To spot someone who is drowning, you need to know what it really looks like.
Drowning is silent, fast and does not look like most people expect.
The ‘Instinctive Drowning Response’ named by Frank Pia is what people do to avoid actual or perceived suffocation in the water.
This article in Slate explains the 5 things to look for:
- Except in rare circumstances, drowning people are physiologically unable to call out for help. The respiratory system was designed for breathing. Speech is the secondary or overlaid function. Breathing must be fulfilled before speech occurs.
- Drowning people’s mouths alternately sink below and reappear above the surface of the water. Their mouths are not above the surface of the water long enough to exhale, inhale, and call out for help. When the drowning people’s mouths are above the surface, they exhale and inhale quickly as their mouths start to sink below the surface of the water.

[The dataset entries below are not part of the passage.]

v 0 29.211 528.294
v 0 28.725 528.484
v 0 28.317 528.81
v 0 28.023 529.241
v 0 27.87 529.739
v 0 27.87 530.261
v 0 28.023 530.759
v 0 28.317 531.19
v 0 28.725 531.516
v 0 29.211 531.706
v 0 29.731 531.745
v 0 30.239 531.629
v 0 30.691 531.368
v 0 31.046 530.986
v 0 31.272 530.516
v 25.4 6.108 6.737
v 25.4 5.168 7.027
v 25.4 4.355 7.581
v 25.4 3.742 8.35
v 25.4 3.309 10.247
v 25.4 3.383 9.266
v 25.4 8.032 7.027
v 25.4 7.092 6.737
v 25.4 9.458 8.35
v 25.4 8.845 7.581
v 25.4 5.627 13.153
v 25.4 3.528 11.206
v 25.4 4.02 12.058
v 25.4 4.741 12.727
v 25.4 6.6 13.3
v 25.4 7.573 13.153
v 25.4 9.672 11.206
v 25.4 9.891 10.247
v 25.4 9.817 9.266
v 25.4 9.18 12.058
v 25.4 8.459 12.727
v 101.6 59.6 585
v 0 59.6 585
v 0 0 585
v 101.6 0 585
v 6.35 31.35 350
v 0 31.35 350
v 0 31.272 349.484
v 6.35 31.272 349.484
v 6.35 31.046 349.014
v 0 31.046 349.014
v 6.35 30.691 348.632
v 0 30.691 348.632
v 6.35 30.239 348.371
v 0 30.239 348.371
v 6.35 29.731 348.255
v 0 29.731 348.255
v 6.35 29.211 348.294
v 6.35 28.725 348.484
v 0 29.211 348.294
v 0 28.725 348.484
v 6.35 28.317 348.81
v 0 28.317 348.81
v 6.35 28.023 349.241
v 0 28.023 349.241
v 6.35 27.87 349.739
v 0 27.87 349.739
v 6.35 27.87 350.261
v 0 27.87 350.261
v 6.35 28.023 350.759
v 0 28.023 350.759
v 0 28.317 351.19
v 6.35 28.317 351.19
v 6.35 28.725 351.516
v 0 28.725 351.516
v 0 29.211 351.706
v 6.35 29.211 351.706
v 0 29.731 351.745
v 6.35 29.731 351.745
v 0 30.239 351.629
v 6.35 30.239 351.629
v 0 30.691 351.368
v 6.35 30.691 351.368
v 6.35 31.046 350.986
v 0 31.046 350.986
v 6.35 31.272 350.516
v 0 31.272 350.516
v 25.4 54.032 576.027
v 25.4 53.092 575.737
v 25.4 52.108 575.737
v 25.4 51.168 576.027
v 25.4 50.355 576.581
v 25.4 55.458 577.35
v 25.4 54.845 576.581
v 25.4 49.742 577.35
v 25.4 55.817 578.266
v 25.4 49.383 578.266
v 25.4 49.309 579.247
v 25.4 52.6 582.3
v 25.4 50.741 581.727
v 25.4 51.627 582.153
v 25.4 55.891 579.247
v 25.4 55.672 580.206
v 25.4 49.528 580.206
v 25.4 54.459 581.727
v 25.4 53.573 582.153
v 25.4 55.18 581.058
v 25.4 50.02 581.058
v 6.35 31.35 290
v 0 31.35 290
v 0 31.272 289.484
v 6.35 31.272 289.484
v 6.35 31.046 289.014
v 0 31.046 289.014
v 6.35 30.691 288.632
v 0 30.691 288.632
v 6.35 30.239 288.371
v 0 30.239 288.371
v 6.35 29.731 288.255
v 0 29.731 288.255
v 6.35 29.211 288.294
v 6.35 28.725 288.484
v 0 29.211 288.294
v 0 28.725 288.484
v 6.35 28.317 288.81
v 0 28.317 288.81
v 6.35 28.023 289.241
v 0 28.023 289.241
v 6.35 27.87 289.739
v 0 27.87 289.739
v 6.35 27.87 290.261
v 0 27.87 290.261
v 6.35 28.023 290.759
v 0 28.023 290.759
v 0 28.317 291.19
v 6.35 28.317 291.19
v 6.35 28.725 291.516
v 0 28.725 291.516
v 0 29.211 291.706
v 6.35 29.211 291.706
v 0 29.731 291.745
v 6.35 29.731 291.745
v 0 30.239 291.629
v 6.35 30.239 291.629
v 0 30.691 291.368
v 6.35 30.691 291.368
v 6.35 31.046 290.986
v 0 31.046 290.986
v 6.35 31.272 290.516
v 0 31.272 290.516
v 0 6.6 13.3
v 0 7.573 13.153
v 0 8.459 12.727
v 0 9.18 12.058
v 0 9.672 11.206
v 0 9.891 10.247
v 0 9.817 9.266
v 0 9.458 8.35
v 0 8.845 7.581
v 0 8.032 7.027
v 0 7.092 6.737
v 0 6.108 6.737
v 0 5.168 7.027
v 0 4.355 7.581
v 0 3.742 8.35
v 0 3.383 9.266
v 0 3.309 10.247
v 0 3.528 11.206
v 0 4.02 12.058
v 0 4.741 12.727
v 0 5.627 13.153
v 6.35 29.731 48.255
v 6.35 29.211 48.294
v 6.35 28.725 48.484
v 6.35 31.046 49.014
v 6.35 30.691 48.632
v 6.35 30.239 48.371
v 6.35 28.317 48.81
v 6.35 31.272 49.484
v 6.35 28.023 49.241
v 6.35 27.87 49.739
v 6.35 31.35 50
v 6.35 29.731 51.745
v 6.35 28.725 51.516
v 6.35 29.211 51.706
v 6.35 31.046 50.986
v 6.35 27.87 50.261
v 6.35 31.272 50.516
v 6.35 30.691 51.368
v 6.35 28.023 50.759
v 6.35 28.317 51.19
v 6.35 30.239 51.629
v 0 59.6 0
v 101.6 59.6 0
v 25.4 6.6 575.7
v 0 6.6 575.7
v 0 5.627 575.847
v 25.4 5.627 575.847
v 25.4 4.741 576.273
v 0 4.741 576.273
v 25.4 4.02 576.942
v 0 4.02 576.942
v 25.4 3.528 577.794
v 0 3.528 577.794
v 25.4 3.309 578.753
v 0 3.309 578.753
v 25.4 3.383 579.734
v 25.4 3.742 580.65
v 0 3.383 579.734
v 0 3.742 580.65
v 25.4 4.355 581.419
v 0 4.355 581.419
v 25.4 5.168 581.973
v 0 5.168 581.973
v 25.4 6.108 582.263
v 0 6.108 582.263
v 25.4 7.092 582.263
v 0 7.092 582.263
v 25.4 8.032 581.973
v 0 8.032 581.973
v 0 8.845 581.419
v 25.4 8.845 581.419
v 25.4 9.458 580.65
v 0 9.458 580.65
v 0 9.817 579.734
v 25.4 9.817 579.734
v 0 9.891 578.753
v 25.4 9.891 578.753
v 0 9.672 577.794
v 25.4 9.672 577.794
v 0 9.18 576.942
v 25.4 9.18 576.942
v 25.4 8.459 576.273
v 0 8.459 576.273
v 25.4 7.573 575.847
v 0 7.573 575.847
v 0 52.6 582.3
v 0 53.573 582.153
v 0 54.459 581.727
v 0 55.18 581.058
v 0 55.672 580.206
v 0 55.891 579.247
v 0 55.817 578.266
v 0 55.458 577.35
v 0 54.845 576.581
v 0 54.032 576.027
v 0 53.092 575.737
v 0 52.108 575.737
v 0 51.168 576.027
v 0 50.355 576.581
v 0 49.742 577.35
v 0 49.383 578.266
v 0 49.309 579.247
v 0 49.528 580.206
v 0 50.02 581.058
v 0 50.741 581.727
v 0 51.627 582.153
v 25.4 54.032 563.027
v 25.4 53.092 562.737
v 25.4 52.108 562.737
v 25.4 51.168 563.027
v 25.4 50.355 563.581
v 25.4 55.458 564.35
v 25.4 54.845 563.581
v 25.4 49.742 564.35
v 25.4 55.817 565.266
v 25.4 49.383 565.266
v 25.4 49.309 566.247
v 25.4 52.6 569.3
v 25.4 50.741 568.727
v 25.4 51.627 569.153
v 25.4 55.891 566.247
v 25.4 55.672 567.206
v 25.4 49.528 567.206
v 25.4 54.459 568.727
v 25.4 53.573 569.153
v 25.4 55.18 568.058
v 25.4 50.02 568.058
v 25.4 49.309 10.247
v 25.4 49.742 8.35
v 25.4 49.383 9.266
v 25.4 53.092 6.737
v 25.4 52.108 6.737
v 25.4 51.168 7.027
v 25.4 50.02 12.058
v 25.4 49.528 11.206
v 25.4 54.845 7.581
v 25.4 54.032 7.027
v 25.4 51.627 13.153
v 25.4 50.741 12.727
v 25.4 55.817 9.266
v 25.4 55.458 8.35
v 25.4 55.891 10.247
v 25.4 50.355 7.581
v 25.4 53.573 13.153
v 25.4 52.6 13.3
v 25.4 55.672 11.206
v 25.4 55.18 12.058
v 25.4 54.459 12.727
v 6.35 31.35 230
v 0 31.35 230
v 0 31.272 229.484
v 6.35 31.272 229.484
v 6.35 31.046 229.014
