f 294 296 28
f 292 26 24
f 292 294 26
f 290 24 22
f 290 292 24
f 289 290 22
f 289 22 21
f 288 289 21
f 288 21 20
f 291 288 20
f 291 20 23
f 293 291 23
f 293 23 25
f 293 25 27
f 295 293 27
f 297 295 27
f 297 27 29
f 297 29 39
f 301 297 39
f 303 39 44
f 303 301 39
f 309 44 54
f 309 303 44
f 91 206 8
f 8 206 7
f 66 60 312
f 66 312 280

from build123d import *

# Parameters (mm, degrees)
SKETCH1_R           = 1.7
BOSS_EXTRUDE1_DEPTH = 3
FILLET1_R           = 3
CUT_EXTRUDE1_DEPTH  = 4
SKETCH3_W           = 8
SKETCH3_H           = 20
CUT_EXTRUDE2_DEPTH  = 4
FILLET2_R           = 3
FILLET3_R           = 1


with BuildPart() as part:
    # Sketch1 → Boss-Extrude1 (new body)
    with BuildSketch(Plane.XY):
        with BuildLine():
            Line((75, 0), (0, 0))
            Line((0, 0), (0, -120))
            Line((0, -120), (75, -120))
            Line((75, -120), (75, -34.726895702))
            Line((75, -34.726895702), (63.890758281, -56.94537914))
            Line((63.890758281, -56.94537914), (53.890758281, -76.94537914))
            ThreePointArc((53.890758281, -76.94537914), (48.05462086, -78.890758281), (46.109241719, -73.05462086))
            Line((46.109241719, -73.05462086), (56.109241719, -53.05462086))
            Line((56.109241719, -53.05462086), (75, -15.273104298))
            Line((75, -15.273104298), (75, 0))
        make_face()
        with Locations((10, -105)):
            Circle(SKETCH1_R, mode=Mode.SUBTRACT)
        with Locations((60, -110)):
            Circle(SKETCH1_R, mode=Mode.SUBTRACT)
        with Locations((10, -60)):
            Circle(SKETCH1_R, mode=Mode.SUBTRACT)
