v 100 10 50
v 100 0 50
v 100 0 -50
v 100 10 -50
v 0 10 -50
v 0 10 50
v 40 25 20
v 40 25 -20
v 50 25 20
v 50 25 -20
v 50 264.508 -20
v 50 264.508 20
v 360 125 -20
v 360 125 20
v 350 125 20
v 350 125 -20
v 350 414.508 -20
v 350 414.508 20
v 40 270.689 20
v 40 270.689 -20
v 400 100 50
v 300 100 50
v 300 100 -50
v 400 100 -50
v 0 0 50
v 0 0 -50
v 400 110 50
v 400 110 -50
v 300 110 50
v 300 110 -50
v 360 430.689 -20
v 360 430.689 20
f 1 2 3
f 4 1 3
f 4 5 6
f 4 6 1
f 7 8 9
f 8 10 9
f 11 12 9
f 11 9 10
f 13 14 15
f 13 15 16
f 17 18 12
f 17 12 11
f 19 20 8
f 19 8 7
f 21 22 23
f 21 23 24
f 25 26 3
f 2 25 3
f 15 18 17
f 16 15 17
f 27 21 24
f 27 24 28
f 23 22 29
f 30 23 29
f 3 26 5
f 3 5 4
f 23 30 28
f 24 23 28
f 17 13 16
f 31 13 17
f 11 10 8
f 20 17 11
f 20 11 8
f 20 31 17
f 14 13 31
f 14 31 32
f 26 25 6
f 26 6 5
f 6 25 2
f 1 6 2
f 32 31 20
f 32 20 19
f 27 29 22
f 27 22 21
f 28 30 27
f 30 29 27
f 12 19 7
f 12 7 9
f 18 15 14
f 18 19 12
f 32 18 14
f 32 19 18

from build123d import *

# Parameters (mm, degrees)
SKIZZE1_W                       = 100
SKIZZE1_H                       = 100
AUFSATZ_LINEAR_AUSTRAGEN1_DEPTH = 10
SKIZZE2_W                       = 100
SKIZZE2_H                       = 10
AUFSATZ_LINEAR_AUSTRAGEN2_DEPTH = 50
SKIZZE5_W                       = 10
SKIZZE5_H                       = 40


with BuildPart() as part:
    # Skizze1 → Aufsatz-Linear austragen1 (new body)
    with BuildSketch(Plane(origin=(0, 0, 0), x_dir=(1, 0, 0), z_dir=(0, 1, 0))):
        with Locations((50, 0)):
            Rectangle(SKIZZE1_W, SKIZZE1_H)
    extrude(amount=AUFSATZ_LINEAR_AUSTRAGEN1_DEPTH)


with BuildPart() as body_2:
    # Skizze2 → Aufsatz-Linear austragen2 (new body, symmetric)
    with BuildSketch(Plane.XY):
        with Locations((350, 105)):
            Rectangle(SKIZZE2_W, SKIZZE2_H)
    extrude(amount=AUFSATZ_LINEAR_AUSTRAGEN2_DEPTH, both=True)


with BuildPart() as body_3:
    # Austragung2: sweep along a path in Skizze3
    with BuildLine(Plane.XY) as austragung2_path:
        Line((50, 25), (50, 264.508497187))
        Line((50, 264.508497187), (350, 414.508497187))
        Line((350, 414.508497187), (350, 125))
    # Skizze5 → Austragung2 (sweep)
    with BuildSketch(Plane(origin=(0, 25, 0), x_dir=(1, 0, 0), z_dir=(0, 1, 0))):
        with Locations((45, 0)):
            Rectangle(SKIZZE5_W, SKIZZE5_H)
    sweep(path=austragung2_path.line, transition=Transition.RIGHT)


solid = Compound([part.part, body_2.part, body_3.part])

- People who are drowning cannot wave for help. Nature instinctively forces them to extend their arms laterally and press down on the water’s surface. Pressing down on the surface of the water permits drowning people to leverage their bodies so they can lift their mouths out of the water to breathe.
- Throughout the Instinctive Drowning Response, people cannot voluntarily control their arm movements. Physiologically, people who are struggling on the surface of the water cannot stop drowning and perform voluntary movements such as waving for help, moving toward a rescuer, or reaching out for a piece of rescue equipment.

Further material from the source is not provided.